Of course the best ‘proof of principle’ will be to use the Behavlet approach during funded development of a game by professional developers. Using the method in a practical setting would road-test the implication that Behavlets provide a structured way to model personality in a game, whether as a player model or non-player character. The other papers in the special edition deal with the importance of this—particularly Harley et al. (paper 961, this special issue, 2016) in relation to behavioural change contexts, e.g. exercise.

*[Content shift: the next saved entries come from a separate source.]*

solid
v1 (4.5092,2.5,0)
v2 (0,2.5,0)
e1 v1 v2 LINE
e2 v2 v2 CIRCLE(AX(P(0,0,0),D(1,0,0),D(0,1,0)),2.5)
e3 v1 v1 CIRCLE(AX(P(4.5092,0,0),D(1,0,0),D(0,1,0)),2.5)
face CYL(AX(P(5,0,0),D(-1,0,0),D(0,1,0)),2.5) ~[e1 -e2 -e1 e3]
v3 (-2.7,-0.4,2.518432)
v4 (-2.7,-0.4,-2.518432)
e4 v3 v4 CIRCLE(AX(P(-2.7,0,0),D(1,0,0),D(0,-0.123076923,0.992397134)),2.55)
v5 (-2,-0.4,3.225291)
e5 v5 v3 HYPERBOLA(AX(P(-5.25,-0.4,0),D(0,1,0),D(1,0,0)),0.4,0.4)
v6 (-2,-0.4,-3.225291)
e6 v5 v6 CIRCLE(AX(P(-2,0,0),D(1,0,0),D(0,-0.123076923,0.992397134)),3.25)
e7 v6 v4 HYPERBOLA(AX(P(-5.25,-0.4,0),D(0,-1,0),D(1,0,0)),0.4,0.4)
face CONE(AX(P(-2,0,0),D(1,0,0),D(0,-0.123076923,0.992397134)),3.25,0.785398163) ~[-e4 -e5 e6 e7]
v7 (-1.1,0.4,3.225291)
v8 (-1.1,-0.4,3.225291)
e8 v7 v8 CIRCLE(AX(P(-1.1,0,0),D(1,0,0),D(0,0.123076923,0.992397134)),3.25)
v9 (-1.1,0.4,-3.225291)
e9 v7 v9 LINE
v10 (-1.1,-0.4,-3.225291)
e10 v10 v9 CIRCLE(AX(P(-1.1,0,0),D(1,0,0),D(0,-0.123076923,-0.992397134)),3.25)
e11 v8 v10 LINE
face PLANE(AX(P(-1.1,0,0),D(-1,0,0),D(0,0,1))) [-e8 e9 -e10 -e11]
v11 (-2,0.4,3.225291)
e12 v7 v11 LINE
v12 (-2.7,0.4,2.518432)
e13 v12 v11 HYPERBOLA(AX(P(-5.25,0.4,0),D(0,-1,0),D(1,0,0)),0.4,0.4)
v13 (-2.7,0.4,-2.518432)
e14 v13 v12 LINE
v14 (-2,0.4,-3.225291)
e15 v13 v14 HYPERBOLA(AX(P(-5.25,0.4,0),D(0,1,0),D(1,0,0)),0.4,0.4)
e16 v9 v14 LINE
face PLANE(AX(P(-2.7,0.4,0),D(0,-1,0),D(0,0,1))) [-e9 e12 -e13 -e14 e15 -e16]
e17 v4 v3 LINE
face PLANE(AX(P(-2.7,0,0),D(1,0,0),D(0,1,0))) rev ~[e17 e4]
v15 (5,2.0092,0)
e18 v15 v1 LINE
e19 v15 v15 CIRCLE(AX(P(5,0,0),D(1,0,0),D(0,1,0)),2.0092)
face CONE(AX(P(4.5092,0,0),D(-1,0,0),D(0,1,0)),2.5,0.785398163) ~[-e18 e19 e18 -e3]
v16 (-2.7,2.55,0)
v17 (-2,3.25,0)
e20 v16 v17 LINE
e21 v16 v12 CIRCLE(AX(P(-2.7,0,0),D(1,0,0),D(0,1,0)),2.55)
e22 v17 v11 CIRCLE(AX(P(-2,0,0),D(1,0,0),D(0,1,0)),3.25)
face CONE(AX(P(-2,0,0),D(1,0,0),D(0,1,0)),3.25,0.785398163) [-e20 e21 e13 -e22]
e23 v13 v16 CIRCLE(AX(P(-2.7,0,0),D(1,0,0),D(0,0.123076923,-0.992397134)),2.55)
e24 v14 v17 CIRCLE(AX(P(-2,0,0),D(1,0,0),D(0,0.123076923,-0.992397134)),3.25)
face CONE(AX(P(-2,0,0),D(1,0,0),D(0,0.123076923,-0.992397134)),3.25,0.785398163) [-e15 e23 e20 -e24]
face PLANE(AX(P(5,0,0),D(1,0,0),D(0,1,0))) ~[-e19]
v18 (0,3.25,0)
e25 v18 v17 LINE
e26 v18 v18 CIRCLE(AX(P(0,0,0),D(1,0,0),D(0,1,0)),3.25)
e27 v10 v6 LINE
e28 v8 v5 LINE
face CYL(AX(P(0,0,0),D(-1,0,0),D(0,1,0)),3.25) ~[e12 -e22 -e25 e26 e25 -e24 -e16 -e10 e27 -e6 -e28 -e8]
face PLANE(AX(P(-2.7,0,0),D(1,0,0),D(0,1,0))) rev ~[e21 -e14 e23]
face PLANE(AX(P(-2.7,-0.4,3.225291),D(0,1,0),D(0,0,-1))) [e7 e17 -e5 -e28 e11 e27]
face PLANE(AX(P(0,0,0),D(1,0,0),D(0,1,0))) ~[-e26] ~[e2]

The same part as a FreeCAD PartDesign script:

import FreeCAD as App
import Part
import Sketcher
Q = App.Units.Quantity


def edges_at(feature, points):
    """Names of the edges that pass closest to the given points."""
    edges = feature.Shape.Edges
    near = lambda p: min(range(len(edges)), key=lambda i: edges[i].distToShape(Part.Vertex(*p))[0])
    return sorted({f"Edge{near(p) + 1}" for p in points})

doc = App.newDocument("Part")
params = doc.addObject("Spreadsheet::Sheet", "Params")
for row, (alias, value) in enumerate([
    ("sketch1_width", "5 mm"),
    ("sketch1_width2", "2.7 mm"),
    ("sketch1_height", "2.5 mm"),
    ("sketch1_height2", "3.25 mm"),
    ("revolution_angle", "360 deg"),
    ("sketch2_width", "0.8 mm"),
    ("sketch2_height", "6.5 mm"),
    ("pocket1_length", "1.6 mm"),
    ("chamfer_size", "0.7 mm"),
    ("chamfer2_size", "0.4908 mm"),
    ("chamfer2_size2", "0.4908 mm"),
], start=1):
    params.set(f"A{row}", alias)
    params.set(f"B{row}", "=" + value)
    params.setAlias(f"B{row}", alias)

body = doc.addObject("PartDesign::Body", "Body")

sketch1 = body.newObject("Sketcher::SketchObject", "Sketch")
sketch1.AttachmentSupport = (doc.getObject("XY_Plane"), [""])
sketch1.MapMode = "FlatFace"
sketch1.addGeometry([
    Part.LineSegment(App.Vector(-2.7, 3.2, 0), App.Vector(-2.7, 0, 0)),
    Part.LineSegment(App.Vector(-2.7, 0, 0), App.Vector(5, 0, 0)),
    Part.LineSegment(App.Vector(5, 0, 0), App.Vector(5, 2.5, 0)),
    Part.LineSegment(App.Vector(5, 2.5, 0), App.Vector(0, 2.5, 0)),
    Part.LineSegment(App.Vector(0, 2.5, 0), App.Vector(0, 3.2, 0)),
    Part.LineSegment(App.Vector(0, 3.2, 0), App.Vector(-2.7, 3.2, 0)),
], False)
sketch1.addConstraint([
    Sketcher.Constraint("Coincident", 0, 2, 1, 1),
    Sketcher.Constraint("Coincident", 1, 2, 2, 1),
    Sketcher.Constraint("Coincident", 2, 2, 3, 1),
    Sketcher.Constraint("Coincident", 3, 2, 4, 1),
    Sketcher.Constraint("Coincident", 4, 2, 5, 1),
    Sketcher.Constraint("Coincident", 5, 2, 0, 1),
    Sketcher.Constraint("Vertical", 0),
    Sketcher.Constraint("Horizontal", 1),
    Sketcher.Constraint("Vertical", 2),
    Sketcher.Constraint("Horizontal", 3),
    Sketcher.Constraint("Vertical", 4),
    Sketcher.Constraint("Horizontal", 5),
    Sketcher.Constraint("PointOnObject", 0, 2, -1),
    Sketcher.Constraint("PointOnObject", 3, 2, -2),
    Sketcher.Constraint("DistanceX", 3, 2, 3, 1, Q("5 mm")),
    Sketcher.Constraint("DistanceX", 5, 2, 5, 1, Q("2.7 mm")),
    Sketcher.Constraint("DistanceY", 2, 1, 2, 2, Q("2.5 mm")),
    Sketcher.Constraint("DistanceY", 0, 2, 0, 1, Q("3.25 mm")),
])
sketch1.setExpression("Constraints[14]", "Params.sketch1_width")
sketch1.setExpression("Constraints[15]", "Params.sketch1_width2")
sketch1.setExpression("Constraints[16]", "Params.sketch1_height")
sketch1.setExpression("Constraints[17]", "Params.sketch1_height2")
revolution = body.newObject("PartDesign::Revolution", "Revolution")
revolution.Profile = sketch1
revolution.ReferenceAxis = (sketch1, ["H_Axis"])
revolution.setExpression("Angle", "Params.revolution_angle")

sketch2 = body.newObject("Sketcher::SketchObject", "Sketch001")
sketch2.AttachmentSupport = (doc.getObject("YZ_Plane"), [""])
sketch2.MapMode = "FlatFace"
sketch2.AttachmentOffset = App.Placement(App.Vector(0, 0, -2.7), App.Rotation())
sketch2.addGeometry([
    Part.LineSegment(App.Vector(0.4, -3.2, 0), App.Vector(-0.4, -3.2, 0)),
    Part.LineSegment(App.Vector(-0.4, -3.2, 0), App.Vector(-0.4, 3.2, 0)),
    Part.LineSegment(App.Vector(-0.4, 3.2, 0), App.Vector(0.4, 3.2, 0)),
    Part.LineSegment(App.Vector(0.4, 3.2, 0), App.Vector(0.4, -3.2, 0)),
], False)
sketch2.addConstraint([
    Sketcher.Constraint("Coincident", 0, 2, 1, 1),
    Sketcher.Constraint("Coincident", 1, 2, 2, 1),
    Sketcher.Constraint("Coincident", 2, 2, 3, 1),
    Sketcher.Constraint("Coincident", 3, 2, 0, 1),
    Sketcher.Constraint("Horizontal", 0),
    Sketcher.Constraint("Vertical", 1),
    Sketcher.Constraint("Horizontal", 2),
    Sketcher.Constraint("Vertical", 3),
    Sketcher.Constraint("Symmetric", 0, 2, 2, 2, -1, 1),
    Sketcher.Constraint("DistanceX", 0, 2, 0, 1, Q("0.8 mm")),
    Sketcher.Constraint("DistanceY", 1, 1, 1, 2, Q("6.5 mm")),
])
sketch2.setExpression("Constraints[9]", "Params.sketch2_width")
sketch2.setExpression("Constraints[10]", "Params.sketch2_height")
pocket1 = body.newObject("PartDesign::Pocket", "Pocket")
pocket1.Profile = sketch2
pocket1.setExpression("Length", "Params.pocket1_length")
pocket1.Reversed = True
doc.recompute()

chamfer = body.newObject("PartDesign::Chamfer", "Chamfer")
chamfer.Base = (pocket1, edges_at(pocket1, [(-2.7, -3.25, 0), (-2.7, 2.435, -2.152), (-2.7, 2.435, 2.152)]))
chamfer.setExpression("Size", "Params.chamfer_size")
doc.recompute()

chamfer2 = body.newObject("PartDesign::Chamfer", "Chamfer001")
chamfer2.Base = (chamfer, edges_at(chamfer, [(5, -2.5, 0)]))
chamfer2.ChamferType = "Two distances"
chamfer2.setExpression("Size", "Params.chamfer2_size")
chamfer2.setExpression("Size2", "Params.chamfer2_size2")

doc.recompute()
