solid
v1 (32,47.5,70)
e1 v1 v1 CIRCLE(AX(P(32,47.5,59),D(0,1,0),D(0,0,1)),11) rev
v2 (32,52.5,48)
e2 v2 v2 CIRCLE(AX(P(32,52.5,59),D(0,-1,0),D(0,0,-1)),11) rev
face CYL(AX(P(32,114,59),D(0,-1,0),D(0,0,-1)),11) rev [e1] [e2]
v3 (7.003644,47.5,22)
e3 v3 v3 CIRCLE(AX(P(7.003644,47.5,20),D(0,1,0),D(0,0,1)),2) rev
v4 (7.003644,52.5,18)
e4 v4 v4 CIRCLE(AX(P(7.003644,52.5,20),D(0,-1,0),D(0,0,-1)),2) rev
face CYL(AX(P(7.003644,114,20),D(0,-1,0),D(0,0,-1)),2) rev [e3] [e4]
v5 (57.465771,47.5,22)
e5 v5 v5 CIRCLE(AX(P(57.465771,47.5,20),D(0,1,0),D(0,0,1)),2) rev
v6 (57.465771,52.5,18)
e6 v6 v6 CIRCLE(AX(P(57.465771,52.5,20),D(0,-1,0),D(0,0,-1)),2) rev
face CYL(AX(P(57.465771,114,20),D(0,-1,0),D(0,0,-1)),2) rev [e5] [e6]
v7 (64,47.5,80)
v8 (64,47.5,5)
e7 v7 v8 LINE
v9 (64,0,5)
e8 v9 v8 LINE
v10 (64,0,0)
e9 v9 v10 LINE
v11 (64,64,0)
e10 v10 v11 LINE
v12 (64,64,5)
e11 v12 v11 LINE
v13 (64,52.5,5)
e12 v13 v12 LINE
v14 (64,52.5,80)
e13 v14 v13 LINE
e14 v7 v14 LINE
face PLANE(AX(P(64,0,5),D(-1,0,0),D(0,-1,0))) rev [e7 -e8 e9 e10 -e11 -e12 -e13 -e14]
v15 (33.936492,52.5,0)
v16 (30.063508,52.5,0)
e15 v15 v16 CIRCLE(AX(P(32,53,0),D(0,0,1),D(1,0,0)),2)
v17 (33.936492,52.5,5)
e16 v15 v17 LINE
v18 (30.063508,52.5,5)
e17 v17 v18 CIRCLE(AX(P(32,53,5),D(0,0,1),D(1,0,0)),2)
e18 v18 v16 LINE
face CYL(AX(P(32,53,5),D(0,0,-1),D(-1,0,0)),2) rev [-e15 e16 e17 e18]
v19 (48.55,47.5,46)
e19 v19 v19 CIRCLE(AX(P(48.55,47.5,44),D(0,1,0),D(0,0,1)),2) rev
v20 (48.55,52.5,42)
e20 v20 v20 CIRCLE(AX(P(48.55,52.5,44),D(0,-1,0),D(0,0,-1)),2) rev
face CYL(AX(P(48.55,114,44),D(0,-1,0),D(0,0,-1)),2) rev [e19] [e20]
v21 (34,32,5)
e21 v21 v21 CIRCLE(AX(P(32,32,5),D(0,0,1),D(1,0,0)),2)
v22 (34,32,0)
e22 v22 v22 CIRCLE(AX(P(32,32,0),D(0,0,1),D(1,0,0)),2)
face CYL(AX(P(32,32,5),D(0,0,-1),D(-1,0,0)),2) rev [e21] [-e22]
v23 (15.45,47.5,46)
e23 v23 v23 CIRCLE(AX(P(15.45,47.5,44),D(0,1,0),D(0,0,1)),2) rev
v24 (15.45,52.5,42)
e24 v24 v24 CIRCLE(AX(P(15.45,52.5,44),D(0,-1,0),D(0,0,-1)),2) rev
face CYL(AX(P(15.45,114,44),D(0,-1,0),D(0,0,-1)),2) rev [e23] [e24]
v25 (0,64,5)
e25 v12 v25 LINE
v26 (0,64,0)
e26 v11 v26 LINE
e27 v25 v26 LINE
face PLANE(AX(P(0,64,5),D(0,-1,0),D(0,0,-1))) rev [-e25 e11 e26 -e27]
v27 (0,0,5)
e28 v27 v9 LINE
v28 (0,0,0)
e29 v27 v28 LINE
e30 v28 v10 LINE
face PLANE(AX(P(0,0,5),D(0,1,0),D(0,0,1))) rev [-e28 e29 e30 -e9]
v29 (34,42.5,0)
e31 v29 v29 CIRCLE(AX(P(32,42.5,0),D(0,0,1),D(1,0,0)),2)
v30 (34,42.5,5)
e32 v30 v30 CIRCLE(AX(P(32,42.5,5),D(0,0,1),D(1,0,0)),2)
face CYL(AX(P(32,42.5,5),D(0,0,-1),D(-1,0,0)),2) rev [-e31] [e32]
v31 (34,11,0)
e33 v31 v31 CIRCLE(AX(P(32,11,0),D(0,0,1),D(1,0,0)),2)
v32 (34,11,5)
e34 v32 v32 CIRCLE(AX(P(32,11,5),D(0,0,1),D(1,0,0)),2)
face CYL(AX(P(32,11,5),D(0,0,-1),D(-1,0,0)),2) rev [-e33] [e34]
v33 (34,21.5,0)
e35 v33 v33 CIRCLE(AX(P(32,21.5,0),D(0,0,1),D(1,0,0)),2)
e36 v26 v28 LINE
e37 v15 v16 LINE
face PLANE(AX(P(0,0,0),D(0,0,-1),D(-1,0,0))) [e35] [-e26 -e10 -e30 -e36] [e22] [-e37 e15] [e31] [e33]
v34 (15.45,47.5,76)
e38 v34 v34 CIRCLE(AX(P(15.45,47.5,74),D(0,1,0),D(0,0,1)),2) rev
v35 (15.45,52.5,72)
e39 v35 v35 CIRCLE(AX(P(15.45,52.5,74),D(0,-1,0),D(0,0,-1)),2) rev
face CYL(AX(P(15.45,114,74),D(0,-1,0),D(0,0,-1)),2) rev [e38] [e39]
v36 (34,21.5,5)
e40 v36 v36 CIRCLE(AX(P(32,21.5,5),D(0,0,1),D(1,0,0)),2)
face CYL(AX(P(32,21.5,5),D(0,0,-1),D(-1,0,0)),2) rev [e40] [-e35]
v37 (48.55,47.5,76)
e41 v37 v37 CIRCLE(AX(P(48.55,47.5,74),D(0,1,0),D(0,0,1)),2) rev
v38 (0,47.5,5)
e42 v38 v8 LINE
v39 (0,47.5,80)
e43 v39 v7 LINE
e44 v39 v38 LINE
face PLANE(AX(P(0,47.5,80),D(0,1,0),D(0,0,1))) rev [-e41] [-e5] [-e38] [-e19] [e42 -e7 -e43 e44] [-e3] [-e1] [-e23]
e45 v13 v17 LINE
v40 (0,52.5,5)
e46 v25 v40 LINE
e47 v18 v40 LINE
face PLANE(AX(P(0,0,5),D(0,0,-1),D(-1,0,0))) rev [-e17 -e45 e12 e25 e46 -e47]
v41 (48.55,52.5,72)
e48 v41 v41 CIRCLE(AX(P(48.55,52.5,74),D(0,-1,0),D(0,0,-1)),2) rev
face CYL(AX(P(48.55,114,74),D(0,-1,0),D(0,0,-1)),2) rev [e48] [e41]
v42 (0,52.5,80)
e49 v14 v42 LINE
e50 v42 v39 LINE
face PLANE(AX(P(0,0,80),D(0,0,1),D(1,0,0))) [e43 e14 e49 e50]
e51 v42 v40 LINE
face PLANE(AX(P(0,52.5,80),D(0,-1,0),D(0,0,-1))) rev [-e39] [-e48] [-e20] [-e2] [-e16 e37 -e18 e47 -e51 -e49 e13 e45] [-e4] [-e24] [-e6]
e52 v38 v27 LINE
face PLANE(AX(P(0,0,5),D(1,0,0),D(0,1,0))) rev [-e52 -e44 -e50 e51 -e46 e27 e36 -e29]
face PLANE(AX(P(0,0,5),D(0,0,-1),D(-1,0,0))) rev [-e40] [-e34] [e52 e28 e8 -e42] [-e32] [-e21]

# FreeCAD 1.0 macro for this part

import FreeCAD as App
import Part
import Sketcher
Q = App.Units.Quantity


def add_polygon(sketch, points):
    """Adds a closed chain of lines whose ends are joined by coincident constraints."""
    first, n = sketch.GeometryCount, len(points)
    for a, b in zip(points, points[1:] + points[:1]):
        sketch.addGeometry(Part.LineSegment(App.Vector(*a, 0), App.Vector(*b, 0)), False)
    for i in range(n):
        sketch.addConstraint(Sketcher.Constraint("Coincident", first + i, 2, first + (i + 1) % n, 1))

doc = App.newDocument("Part")
params = doc.addObject("Spreadsheet::Sheet", "Params")
for row, (alias, value) in enumerate([
    ("sketch1_diameter", "4 mm"),
    ("sketch1_width", "64 mm"),
    ("pad1_length", "5 mm"),
    ("sketch2_width", "64 mm"),
    ("sketch2_height", "5 mm"),
    ("pad2_length", "80 mm"),
    ("sketch3_diameter", "22 mm"),
    ("sketch3_diameter2", "4 mm"),
    ("pocket1_length", "114 mm"),
], start=1):
    params.set(f"A{row}", alias)
    params.set(f"B{row}", "=" + value)
    params.setAlias(f"B{row}", alias)

body = doc.addObject("PartDesign::Body", "Body")

# Sketch on XY plane
sketch1 = body.newObject("Sketcher::SketchObject", "Sketch")
sketch1.AttachmentSupport = (doc.getObject("XY_Plane"), [""])
sketch1.MapMode = "FlatFace"
add_polygon(sketch1, [(0, 64), (0, 0), (64, 0), (64, 64)])  # lines 0-3
sketch1.addGeometry(Part.Circle(App.Vector(32, 11, 0), App.Vector(0, 0, 1), 2), False)  # 4
sketch1.addGeometry(Part.Circle(App.Vector(32, 21.5, 0), App.Vector(0, 0, 1), 2), False)  # 5
sketch1.addGeometry(Part.Circle(App.Vector(32, 32, 0), App.Vector(0, 0, 1), 2), False)  # 6
sketch1.addGeometry(Part.Circle(App.Vector(32, 42.5, 0), App.Vector(0, 0, 1), 2), False)  # 7
sketch1.addGeometry(Part.Circle(App.Vector(32, 53, 0), App.Vector(0, 0, 1), 2), False)  # 8
sketch1.addConstraint([
    Sketcher.Constraint("Vertical", 0),
    Sketcher.Constraint("Horizontal", 1),
    Sketcher.Constraint("Vertical", 2),
    Sketcher.Constraint("Horizontal", 3),
    Sketcher.Constraint("Coincident", 0, 2, -1, 1),
    Sketcher.Constraint("Equal", 4, 5),
    Sketcher.Constraint("Equal", 5, 6),
    Sketcher.Constraint("Equal", 6, 7),
    Sketcher.Constraint("Equal", 7, 8),
    Sketcher.Constraint("Vertical", 4, 3, 5, 3),
    Sketcher.Constraint("Vertical", 5, 3, 6, 3),
    Sketcher.Constraint("Vertical", 6, 3, 7, 3),
    Sketcher.Constraint("Vertical", 7, 3, 8, 3),
    Sketcher.Constraint("Equal", 3, 0),
    Sketcher.Constraint("Diameter", 4, Q("4 mm")),
    Sketcher.Constraint("DistanceX", 1, 1, 1, 2, Q("64 mm")),
    Sketcher.Constraint("DistanceX", -1, 1, 4, 3, Q("32 mm")),
    Sketcher.Constraint("DistanceY", -1, 1, 4, 3, Q("11 mm")),
    Sketcher.Constraint("DistanceY", -1, 1, 6, 3, Q("32 mm")),
    Sketcher.Constraint("DistanceY", -1, 1, 8, 3, Q("53 mm")),
    Sketcher.Constraint("DistanceY", 5, 3, 7, 3, Q("21 mm")),
    Sketcher.Constraint("DistanceY", -1, 1, 5, 3, Q("21.5 mm")),
])
sketch1.setExpression("Constraints[18]", "Params.sketch1_diameter")
sketch1.setExpression("Constraints[19]", "Params.sketch1_width")
pad1 = body.newObject("PartDesign::Pad", "Pad")
pad1.Profile = sketch1
pad1.setExpression("Length", "Params.pad1_length")

# Sketch on XY plane
sketch2 = body.newObject("Sketcher::SketchObject", "Sketch001")
sketch2.AttachmentSupport = (doc.getObject("XY_Plane"), [""])
sketch2.MapMode = "FlatFace"
add_polygon(sketch2, [(0, 52), (0, 48), (64, 48), (64, 52)])  # lines 0-3
sketch2.addConstraint([
    Sketcher.Constraint("Vertical", 0),
    Sketcher.Constraint("Horizontal", 1),
    Sketcher.Constraint("Vertical", 2),
    Sketcher.Constraint("Horizontal", 3),
    Sketcher.Constraint("PointOnObject", 0, 2, -2),
    Sketcher.Constraint("DistanceX", 1, 1, 1, 2, Q("64 mm")),
    Sketcher.Constraint("DistanceY", 0, 2, 0, 1, Q("5 mm")),
    Sketcher.Constraint("DistanceY", -1, 1, 0, 2, Q("47.5 mm")),
])
sketch2.setExpression("Constraints[9]", "Params.sketch2_width")
sketch2.setExpression("Constraints[10]", "Params.sketch2_height")
pad2 = body.newObject("PartDesign::Pad", "Pad001")
pad2.Profile = sketch2
pad2.setExpression("Length", "Params.pad2_length")

# Sketch on XZ plane
sketch3 = body.newObject("Sketcher::SketchObject", "Sketch002")
sketch3.AttachmentSupport = (doc.getObject("XZ_Plane"), [""])
sketch3.MapMode = "FlatFace"
sketch3.addGeometry([
    Part.Circle(App.Vector(32, 59, 0), App.Vector(0, 0, 1), 11),  # 0
    Part.Circle(App.Vector(15.4, 74, 0), App.Vector(0, 0, 1), 2),  # 1
    Part.Circle(App.Vector(48.5, 74, 0), App.Vector(0, 0, 1), 2),  # 2
    Part.Circle(App.Vector(15.4, 44, 0), App.Vector(0, 0, 1), 2),  # 3
    Part.Circle(App.Vector(48.5, 44, 0), App.Vector(0, 0, 1), 2),  # 4
    Part.Circle(App.Vector(7, 20, 0), App.Vector(0, 0, 1), 2),  # 5
    Part.Circle(App.Vector(57.5, 20, 0), App.Vector(0, 0, 1), 2),  # 6
], False)
sketch3.addConstraint([
    Sketcher.Constraint("Equal", 1, 2),
    Sketcher.Constraint("Equal", 2, 3),
    Sketcher.Constraint("Equal", 3, 4),
    Sketcher.Constraint("Equal", 4, 5),
    Sketcher.Constraint("Equal", 5, 6),
    Sketcher.Constraint("Horizontal", 1, 3, 2, 3),
    Sketcher.Constraint("Horizontal", 3, 3, 4, 3),
    Sketcher.Constraint("Horizontal", 5, 3, 6, 3),
    Sketcher.Constraint("Vertical", 1, 3, 3, 3),
    Sketcher.Constraint("Vertical", 2, 3, 4, 3),
    Sketcher.Constraint("Diameter", 0, Q("22 mm")),
    Sketcher.Constraint("Diameter", 1, Q("4 mm")),
    Sketcher.Constraint("DistanceX", -1, 1, 0, 3, Q("32 mm")),
    Sketcher.Constraint("DistanceY", -1, 1, 0, 3, Q("59 mm")),
    Sketcher.Constraint("DistanceY", -1, 1, 1, 3, Q("74 mm")),
    Sketcher.Constraint("DistanceY", -1, 1, 3, 3, Q("44 mm")),
    Sketcher.Constraint("DistanceY", -1, 1, 5, 3, Q("20 mm")),
    Sketcher.Constraint("DistanceX", 1, 3, 2, 3, Q("33.1 mm")),
    Sketcher.Constraint("DistanceX", -1, 1, 1, 3, Q("15.45 mm")),
    Sketcher.Constraint("DistanceX", -1, 1, 6, 3, Q("57.465771 mm")),
    Sketcher.Constraint("DistanceX", -1, 1, 5, 3, Q("7.003644 mm")),
])
sketch3.setExpression("Constraints[10]", "Params.sketch3_diameter")
sketch3.setExpression("Constraints[11]", "Params.sketch3_diameter2")
pocket1 = body.newObject("PartDesign::Pocket", "Pocket")
pocket1.Profile = sketch3
pocket1.setExpression("Length", "Params.pocket1_length")

doc.recompute()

Following such future work, we envision that Behavlets can lead to improved games by supporting a richer toolset for the designer to understand and develop their game’s capabilities and agencies. Specifically, the activities of play that arise in a game can be well-defined and mapped. Also, the reactions of players to the game can be understood in a unified, theoretically-sound way. Both improvements lead to greater insight.

6.4 Conclusion

Feature engineering can be approached in an iterative two-step process. A top-down understanding of the problem domain, and the strengths and limitations of the chosen classifier, motivates candidate solutions and experiments to test them. Bottom-up information gathered in experimental work tests assumptions and drives a new iteration to converge on a working solution. Our method fits this two-step process into a number of extant theories of game playing. Analytic observation is used to propose candidate Behavlets, by finding and observing patterns in game-play, and deconstructing their operation to the atomic level of state transitions to be codified as an algorithm. The method enables the characterisation of playing styles by creating observable indicators of player variation. This costs more upfront effort to frontload richness of description into the feature space, but the payoff is an easier and less ambiguous interpretation step after clustering. Though our approach is potentially more time consuming we contend that it has the clear benefit of developing more meaningful and interpretable models of users, with the potential to capture the way players themselves approach game play.

Finally, when theory drives feature creation, there are clear benefits. The classical hypothesis testing model is valid, even allowing actual behaviour predictions. The link from theoretical models to observations is less ambiguous. The chance is increased that a feature’s action sequence is a good classifier in theory space, i.e. the space of the actual models that describe human psychology.